▸ What the task asks:
Among the entries below, one stretch runs from the line that contains "#6=PRODUCT_DEFINITION('','',#4,#5);" through the line that contains "#29=VERTEX_POINT('',#28);". Repeat that stretch exactly, ends included, and only that.

▸ Data extracts:
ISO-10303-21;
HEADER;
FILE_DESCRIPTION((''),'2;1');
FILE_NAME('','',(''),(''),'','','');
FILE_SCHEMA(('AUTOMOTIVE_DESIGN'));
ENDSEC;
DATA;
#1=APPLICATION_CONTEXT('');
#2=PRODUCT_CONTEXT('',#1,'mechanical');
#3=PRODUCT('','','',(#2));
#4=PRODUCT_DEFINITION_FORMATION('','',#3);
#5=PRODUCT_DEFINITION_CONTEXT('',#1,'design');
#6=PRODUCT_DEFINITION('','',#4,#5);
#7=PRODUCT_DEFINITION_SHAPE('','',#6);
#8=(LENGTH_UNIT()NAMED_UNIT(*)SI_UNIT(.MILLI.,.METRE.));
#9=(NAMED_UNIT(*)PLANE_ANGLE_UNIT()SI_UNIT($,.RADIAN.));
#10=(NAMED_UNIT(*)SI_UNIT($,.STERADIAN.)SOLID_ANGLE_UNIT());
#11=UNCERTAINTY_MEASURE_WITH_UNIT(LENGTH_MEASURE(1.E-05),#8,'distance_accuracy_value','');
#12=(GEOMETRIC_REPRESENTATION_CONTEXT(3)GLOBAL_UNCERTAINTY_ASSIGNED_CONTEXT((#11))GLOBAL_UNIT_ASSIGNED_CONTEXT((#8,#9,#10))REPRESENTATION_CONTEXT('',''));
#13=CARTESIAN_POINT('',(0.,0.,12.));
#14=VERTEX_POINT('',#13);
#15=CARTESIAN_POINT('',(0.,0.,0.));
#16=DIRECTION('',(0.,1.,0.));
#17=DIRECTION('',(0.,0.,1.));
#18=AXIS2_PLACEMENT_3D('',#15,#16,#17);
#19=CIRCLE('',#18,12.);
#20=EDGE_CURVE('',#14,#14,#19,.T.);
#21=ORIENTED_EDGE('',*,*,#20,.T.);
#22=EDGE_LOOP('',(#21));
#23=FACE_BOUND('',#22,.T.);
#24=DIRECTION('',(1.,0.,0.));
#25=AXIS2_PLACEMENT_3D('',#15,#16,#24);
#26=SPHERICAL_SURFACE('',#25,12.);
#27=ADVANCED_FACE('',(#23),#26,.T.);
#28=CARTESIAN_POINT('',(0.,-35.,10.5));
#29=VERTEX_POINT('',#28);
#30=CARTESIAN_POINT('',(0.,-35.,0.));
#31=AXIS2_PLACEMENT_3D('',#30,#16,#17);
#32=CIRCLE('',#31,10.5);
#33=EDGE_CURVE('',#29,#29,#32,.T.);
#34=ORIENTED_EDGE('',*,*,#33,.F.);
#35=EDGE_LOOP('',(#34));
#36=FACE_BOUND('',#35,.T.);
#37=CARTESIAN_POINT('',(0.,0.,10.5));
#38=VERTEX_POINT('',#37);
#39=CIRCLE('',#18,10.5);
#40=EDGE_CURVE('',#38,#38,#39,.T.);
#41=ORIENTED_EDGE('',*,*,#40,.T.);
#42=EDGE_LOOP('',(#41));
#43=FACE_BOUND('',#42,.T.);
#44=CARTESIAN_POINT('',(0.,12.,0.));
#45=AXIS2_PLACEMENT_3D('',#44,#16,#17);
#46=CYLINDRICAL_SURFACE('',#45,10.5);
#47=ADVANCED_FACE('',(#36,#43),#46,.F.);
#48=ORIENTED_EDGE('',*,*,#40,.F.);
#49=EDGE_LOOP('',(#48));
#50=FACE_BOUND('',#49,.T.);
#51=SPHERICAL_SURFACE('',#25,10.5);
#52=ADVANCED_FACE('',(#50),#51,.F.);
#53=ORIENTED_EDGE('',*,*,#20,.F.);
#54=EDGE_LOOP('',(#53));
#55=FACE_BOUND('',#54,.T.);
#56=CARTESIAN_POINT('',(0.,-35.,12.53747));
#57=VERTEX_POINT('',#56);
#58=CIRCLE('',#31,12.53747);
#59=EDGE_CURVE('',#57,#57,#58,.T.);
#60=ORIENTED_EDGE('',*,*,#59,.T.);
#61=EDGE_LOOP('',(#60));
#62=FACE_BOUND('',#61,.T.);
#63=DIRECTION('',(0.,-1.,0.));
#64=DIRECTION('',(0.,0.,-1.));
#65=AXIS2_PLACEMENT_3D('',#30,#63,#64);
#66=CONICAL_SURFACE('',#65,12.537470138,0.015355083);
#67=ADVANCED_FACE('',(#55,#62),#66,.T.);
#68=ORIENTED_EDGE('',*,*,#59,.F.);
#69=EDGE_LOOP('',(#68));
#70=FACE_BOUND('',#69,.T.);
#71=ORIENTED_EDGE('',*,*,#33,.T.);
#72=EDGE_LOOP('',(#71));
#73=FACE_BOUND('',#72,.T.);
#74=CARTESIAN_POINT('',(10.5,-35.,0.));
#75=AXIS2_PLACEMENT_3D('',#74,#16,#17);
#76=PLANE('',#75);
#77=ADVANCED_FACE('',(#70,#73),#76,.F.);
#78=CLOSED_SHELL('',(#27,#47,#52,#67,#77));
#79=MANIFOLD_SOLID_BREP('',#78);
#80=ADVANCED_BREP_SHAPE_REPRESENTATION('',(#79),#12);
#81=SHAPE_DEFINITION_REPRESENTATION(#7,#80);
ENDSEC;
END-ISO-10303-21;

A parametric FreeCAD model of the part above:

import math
import FreeCAD as App
import Part
import Sketcher

V = App.Vector
Q = App.Units.Quantity

doc = App.newDocument("Part")
params = doc.addObject("Spreadsheet::Sheet", "Params")
for row, (alias, value) in enumerate([
    ("sketch1_radius", "12 mm"),
    ("sketch1_radius2", "10.5 mm"),
    ("sketch1_height", "35 mm"),
    ("revolution_angle", "360 deg"),
], start=1):
    params.set(f"A{row}", alias)
    params.set(f"B{row}", "=" + value)
    params.setAlias(f"B{row}", alias)

body = doc.addObject("PartDesign::Body", "Body")

# Sketch on XY plane
sketch1 = body.newObject("Sketcher::SketchObject", "Sketch")
sketch1.AttachmentSupport = (doc.getObject("XY_Plane"), [""])
sketch1.MapMode = "FlatFace"
sketch1.addGeometry([
    Part.LineSegment(V(12.53747, -35, 0), V(12, 0, 0)),  # 0
    Part.ArcOfCircle(Part.Circle(V(0, 0, 0), V(0, 0, 1), 12), math.radians(0), math.radians(90)),  # 1
    Part.LineSegment(V(0, 12, 0), V(0, 10.5, 0)),  # 2
    Part.ArcOfCircle(Part.Circle(V(0, 0, 0), V(0, 0, 1), 10.5), math.radians(0), math.radians(90)),  # 3
    Part.LineSegment(V(10.5, 0, 0), V(10.5, -35, 0)),  # 4
    Part.LineSegment(V(10.5, -35, 0), V(12.53747, -35, 0)),  # 5
], False)
sketch1.addConstraint([
    Sketcher.Constraint("Coincident", 0, 2, 1, 1),
    Sketcher.Constraint("Coincident", 1, 2, 2, 1),
    Sketcher.Constraint("Coincident", 2, 2, 3, 2),
    Sketcher.Constraint("Tangent", 3, 1, 4, 1),
    Sketcher.Constraint("Coincident", 4, 2, 5, 1),
    Sketcher.Constraint("Coincident", 5, 2, 0, 1),
    Sketcher.Constraint("Vertical", 2),
    Sketcher.Constraint("Vertical", 4),
    Sketcher.Constraint("Horizontal", 5),
    Sketcher.Constraint("Coincident", 1, 3, -1, 1),
    Sketcher.Constraint("Coincident", 3, 3, -1, 1),
    Sketcher.Constraint("PointOnObject", 0, 2, -1),
    Sketcher.Constraint("PointOnObject", 1, 2, -2),
    Sketcher.Constraint("Radius", 1, Q("12 mm")),
    Sketcher.Constraint("Radius", 3, Q("10.5 mm")),
    Sketcher.Constraint("DistanceY", 4, 2, 4, 1, Q("35 mm")),
    Sketcher.Constraint("DistanceX", 5, 1, 5, 2, Q("2.03747 mm")),
])
sketch1.setExpression("Constraints[13]", "Params.sketch1_radius")
sketch1.setExpression("Constraints[14]", "Params.sketch1_radius2")
sketch1.setExpression("Constraints[15]", "Params.sketch1_height")
revolution = body.newObject("PartDesign::Revolution", "Revolution")
revolution.Profile = sketch1
revolution.ReferenceAxis = (sketch1, ["V_Axis"])
revolution.setExpression("Angle", "Params.revolution_angle")

doc.recompute()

▸ Answer space:
#6=PRODUCT_DEFINITION('','',#4,#5);
#7=PRODUCT_DEFINITION_SHAPE('','',#6);
#8=(LENGTH_UNIT()NAMED_UNIT(*)SI_UNIT(.MILLI.,.METRE.));
#9=(NAMED_UNIT(*)PLANE_ANGLE_UNIT()SI_UNIT($,.RADIAN.));
#10=(NAMED_UNIT(*)SI_UNIT($,.STERADIAN.)SOLID_ANGLE_UNIT());
#11=UNCERTAINTY_MEASURE_WITH_UNIT(LENGTH_MEASURE(1.E-05),#8,'distance_accuracy_value','');
#12=(GEOMETRIC_REPRESENTATION_CONTEXT(3)GLOBAL_UNCERTAINTY_ASSIGNED_CONTEXT((#11))GLOBAL_UNIT_ASSIGNED_CONTEXT((#8,#9,#10))REPRESENTATION_CONTEXT('',''));
#13=CARTESIAN_POINT('',(0.,0.,12.));
#14=VERTEX_POINT('',#13);
#15=CARTESIAN_POINT('',(0.,0.,0.));
#16=DIRECTION('',(0.,1.,0.));
#17=DIRECTION('',(0.,0.,1.));
#18=AXIS2_PLACEMENT_3D('',#15,#16,#17);
#19=CIRCLE('',#18,12.);
#20=EDGE_CURVE('',#14,#14,#19,.T.);
#21=ORIENTED_EDGE('',*,*,#20,.T.);
#22=EDGE_LOOP('',(#21));
#23=FACE_BOUND('',#22,.T.);
#24=DIRECTION('',(1.,0.,0.));
#25=AXIS2_PLACEMENT_3D('',#15,#16,#24);
#26=SPHERICAL_SURFACE('',#25,12.);
#27=ADVANCED_FACE('',(#23),#26,.T.);
#28=CARTESIAN_POINT('',(0.,-35.,10.5));
#29=VERTEX_POINT('',#28);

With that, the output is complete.